== Segment start ==

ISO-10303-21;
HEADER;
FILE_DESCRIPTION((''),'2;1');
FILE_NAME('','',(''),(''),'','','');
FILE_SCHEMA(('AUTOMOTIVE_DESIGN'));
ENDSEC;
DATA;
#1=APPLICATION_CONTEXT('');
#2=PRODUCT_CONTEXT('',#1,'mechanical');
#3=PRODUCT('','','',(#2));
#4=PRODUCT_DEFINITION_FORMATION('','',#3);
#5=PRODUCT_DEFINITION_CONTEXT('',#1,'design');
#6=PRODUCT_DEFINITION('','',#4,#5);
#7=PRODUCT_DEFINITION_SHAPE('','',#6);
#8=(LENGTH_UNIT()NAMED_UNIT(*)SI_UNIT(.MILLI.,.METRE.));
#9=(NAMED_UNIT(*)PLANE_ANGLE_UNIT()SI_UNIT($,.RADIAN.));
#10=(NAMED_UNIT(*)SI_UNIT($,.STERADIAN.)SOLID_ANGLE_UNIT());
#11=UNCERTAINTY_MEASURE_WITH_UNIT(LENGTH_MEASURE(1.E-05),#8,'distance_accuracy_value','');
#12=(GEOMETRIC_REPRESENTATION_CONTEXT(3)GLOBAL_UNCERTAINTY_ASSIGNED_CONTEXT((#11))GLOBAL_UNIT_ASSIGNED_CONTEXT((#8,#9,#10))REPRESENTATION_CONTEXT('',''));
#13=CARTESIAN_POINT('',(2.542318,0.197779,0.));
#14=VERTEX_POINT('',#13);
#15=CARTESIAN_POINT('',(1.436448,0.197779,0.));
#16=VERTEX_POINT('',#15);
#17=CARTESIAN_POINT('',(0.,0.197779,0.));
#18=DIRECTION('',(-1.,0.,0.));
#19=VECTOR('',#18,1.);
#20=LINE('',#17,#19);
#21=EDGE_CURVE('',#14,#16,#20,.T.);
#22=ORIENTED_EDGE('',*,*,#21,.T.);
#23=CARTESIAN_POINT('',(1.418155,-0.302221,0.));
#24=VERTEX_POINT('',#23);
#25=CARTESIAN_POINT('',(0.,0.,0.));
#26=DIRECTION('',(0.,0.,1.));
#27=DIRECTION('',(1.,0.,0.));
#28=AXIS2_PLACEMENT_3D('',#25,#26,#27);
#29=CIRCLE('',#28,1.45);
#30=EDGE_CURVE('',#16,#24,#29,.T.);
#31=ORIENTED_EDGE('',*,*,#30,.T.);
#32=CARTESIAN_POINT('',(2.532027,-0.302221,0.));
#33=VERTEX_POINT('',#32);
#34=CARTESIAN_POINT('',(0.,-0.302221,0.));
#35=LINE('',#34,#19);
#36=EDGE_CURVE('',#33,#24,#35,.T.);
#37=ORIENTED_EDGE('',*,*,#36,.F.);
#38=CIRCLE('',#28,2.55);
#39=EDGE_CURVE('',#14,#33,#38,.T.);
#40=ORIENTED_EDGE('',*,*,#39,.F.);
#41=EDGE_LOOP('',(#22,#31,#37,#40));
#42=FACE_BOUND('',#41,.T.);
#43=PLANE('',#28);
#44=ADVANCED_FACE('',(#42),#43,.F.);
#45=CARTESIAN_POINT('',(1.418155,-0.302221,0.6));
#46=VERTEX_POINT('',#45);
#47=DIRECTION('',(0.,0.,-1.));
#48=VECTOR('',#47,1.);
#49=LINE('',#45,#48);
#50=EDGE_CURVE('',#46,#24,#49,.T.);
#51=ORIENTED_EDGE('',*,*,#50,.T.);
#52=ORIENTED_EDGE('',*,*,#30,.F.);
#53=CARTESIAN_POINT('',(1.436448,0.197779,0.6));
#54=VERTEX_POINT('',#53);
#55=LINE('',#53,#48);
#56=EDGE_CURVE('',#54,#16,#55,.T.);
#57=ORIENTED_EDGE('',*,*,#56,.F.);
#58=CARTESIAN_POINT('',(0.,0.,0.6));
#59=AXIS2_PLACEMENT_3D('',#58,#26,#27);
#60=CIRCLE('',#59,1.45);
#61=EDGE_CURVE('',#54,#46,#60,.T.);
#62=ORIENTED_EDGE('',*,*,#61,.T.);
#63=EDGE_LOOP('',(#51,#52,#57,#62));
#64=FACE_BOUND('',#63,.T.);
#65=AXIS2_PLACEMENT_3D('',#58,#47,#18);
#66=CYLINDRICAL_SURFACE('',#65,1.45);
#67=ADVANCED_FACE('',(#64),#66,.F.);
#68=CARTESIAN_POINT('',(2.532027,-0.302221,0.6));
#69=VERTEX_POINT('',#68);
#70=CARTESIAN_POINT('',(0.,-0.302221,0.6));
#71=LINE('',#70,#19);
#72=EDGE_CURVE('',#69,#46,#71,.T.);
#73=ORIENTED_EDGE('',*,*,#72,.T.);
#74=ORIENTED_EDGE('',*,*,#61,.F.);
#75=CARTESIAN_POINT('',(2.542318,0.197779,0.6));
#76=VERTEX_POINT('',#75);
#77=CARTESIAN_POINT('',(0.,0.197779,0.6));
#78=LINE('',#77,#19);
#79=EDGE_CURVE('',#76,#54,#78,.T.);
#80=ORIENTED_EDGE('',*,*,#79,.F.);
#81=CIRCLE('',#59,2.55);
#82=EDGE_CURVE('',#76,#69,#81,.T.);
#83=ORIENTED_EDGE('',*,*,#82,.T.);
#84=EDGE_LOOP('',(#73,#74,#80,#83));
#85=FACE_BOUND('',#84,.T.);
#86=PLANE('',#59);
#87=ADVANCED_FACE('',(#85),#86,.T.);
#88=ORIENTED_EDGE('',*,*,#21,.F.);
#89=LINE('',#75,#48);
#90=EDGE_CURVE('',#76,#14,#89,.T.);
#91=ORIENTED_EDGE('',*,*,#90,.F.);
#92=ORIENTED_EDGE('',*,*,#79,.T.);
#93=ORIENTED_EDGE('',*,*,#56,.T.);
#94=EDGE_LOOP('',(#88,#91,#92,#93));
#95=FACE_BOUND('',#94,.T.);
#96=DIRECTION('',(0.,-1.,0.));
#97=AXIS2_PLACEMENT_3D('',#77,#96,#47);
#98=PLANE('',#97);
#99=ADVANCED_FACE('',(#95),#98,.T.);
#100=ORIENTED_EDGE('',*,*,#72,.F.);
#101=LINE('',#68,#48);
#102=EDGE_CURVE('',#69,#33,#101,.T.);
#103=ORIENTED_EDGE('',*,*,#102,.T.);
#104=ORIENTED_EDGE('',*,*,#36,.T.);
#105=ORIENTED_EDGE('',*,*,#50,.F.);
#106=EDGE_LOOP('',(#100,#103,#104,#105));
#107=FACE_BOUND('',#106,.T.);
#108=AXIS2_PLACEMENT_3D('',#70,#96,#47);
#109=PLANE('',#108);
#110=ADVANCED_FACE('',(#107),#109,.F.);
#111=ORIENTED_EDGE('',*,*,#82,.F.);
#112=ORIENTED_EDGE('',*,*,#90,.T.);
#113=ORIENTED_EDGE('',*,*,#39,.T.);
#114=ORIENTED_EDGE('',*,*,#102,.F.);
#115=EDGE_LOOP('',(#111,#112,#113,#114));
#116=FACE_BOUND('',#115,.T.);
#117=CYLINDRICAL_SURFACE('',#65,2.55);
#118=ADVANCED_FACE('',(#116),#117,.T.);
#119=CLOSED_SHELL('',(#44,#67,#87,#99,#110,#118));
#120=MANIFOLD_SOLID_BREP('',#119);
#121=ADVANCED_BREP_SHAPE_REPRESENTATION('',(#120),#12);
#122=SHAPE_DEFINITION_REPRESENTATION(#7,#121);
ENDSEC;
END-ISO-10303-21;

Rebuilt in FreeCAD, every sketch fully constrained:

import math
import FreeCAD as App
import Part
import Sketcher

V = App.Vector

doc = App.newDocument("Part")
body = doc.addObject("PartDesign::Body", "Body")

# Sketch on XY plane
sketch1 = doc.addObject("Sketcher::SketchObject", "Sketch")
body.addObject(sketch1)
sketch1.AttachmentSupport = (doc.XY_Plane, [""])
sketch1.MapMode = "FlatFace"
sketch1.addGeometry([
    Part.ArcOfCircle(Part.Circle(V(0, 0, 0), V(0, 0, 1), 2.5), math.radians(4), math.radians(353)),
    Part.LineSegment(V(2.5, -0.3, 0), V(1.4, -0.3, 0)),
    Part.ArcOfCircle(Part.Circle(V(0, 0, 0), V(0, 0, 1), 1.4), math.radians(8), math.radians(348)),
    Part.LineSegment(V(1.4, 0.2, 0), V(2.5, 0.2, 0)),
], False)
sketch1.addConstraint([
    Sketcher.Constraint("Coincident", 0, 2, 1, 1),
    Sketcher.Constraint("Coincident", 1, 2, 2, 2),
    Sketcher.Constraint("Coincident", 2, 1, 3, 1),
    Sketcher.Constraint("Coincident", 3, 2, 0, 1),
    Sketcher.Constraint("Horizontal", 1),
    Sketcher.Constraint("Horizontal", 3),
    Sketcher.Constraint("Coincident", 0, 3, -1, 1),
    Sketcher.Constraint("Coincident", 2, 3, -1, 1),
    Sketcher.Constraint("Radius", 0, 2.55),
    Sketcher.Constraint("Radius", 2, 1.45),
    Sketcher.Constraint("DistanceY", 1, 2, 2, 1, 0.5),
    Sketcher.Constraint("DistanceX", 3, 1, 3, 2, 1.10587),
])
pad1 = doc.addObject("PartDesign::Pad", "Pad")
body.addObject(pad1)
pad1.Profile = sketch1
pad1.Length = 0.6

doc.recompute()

== Segment end ==

§ **Assignment**: Copy exactly, and only, the lines from the line containing "#122=SHAPE_DEFINITION_REPRESENTATION(#7,#121);" to the end of the listing, with both ends included.

§ **Exercise result**:
#122=SHAPE_DEFINITION_REPRESENTATION(#7,#121);
ENDSEC;
END-ISO-10303-21;

Rebuilt in FreeCAD, every sketch fully constrained:

import math
import FreeCAD as App
import Part
import Sketcher

V = App.Vector

doc = App.newDocument("Part")
body = doc.addObject("PartDesign::Body", "Body")

# Sketch on XY plane
sketch1 = doc.addObject("Sketcher::SketchObject", "Sketch")
body.addObject(sketch1)
sketch1.AttachmentSupport = (doc.XY_Plane, [""])
sketch1.MapMode = "FlatFace"
sketch1.addGeometry([
    Part.ArcOfCircle(Part.Circle(V(0, 0, 0), V(0, 0, 1), 2.5), math.radians(4), math.radians(353)),
    Part.LineSegment(V(2.5, -0.3, 0), V(1.4, -0.3, 0)),
    Part.ArcOfCircle(Part.Circle(V(0, 0, 0), V(0, 0, 1), 1.4), math.radians(8), math.radians(348)),
    Part.LineSegment(V(1.4, 0.2, 0), V(2.5, 0.2, 0)),
], False)
sketch1.addConstraint([
    Sketcher.Constraint("Coincident", 0, 2, 1, 1),
    Sketcher.Constraint("Coincident", 1, 2, 2, 2),
    Sketcher.Constraint("Coincident", 2, 1, 3, 1),
    Sketcher.Constraint("Coincident", 3, 2, 0, 1),
    Sketcher.Constraint("Horizontal", 1),
    Sketcher.Constraint("Horizontal", 3),
    Sketcher.Constraint("Coincident", 0, 3, -1, 1),
    Sketcher.Constraint("Coincident", 2, 3, -1, 1),
    Sketcher.Constraint("Radius", 0, 2.55),
    Sketcher.Constraint("Radius", 2, 1.45),
    Sketcher.Constraint("DistanceY", 1, 2, 2, 1, 0.5),
    Sketcher.Constraint("DistanceX", 3, 1, 3, 2, 1.10587),
])
pad1 = doc.addObject("PartDesign::Pad", "Pad")
body.addObject(pad1)
pad1.Profile = sketch1
pad1.Length = 0.6

doc.recompute()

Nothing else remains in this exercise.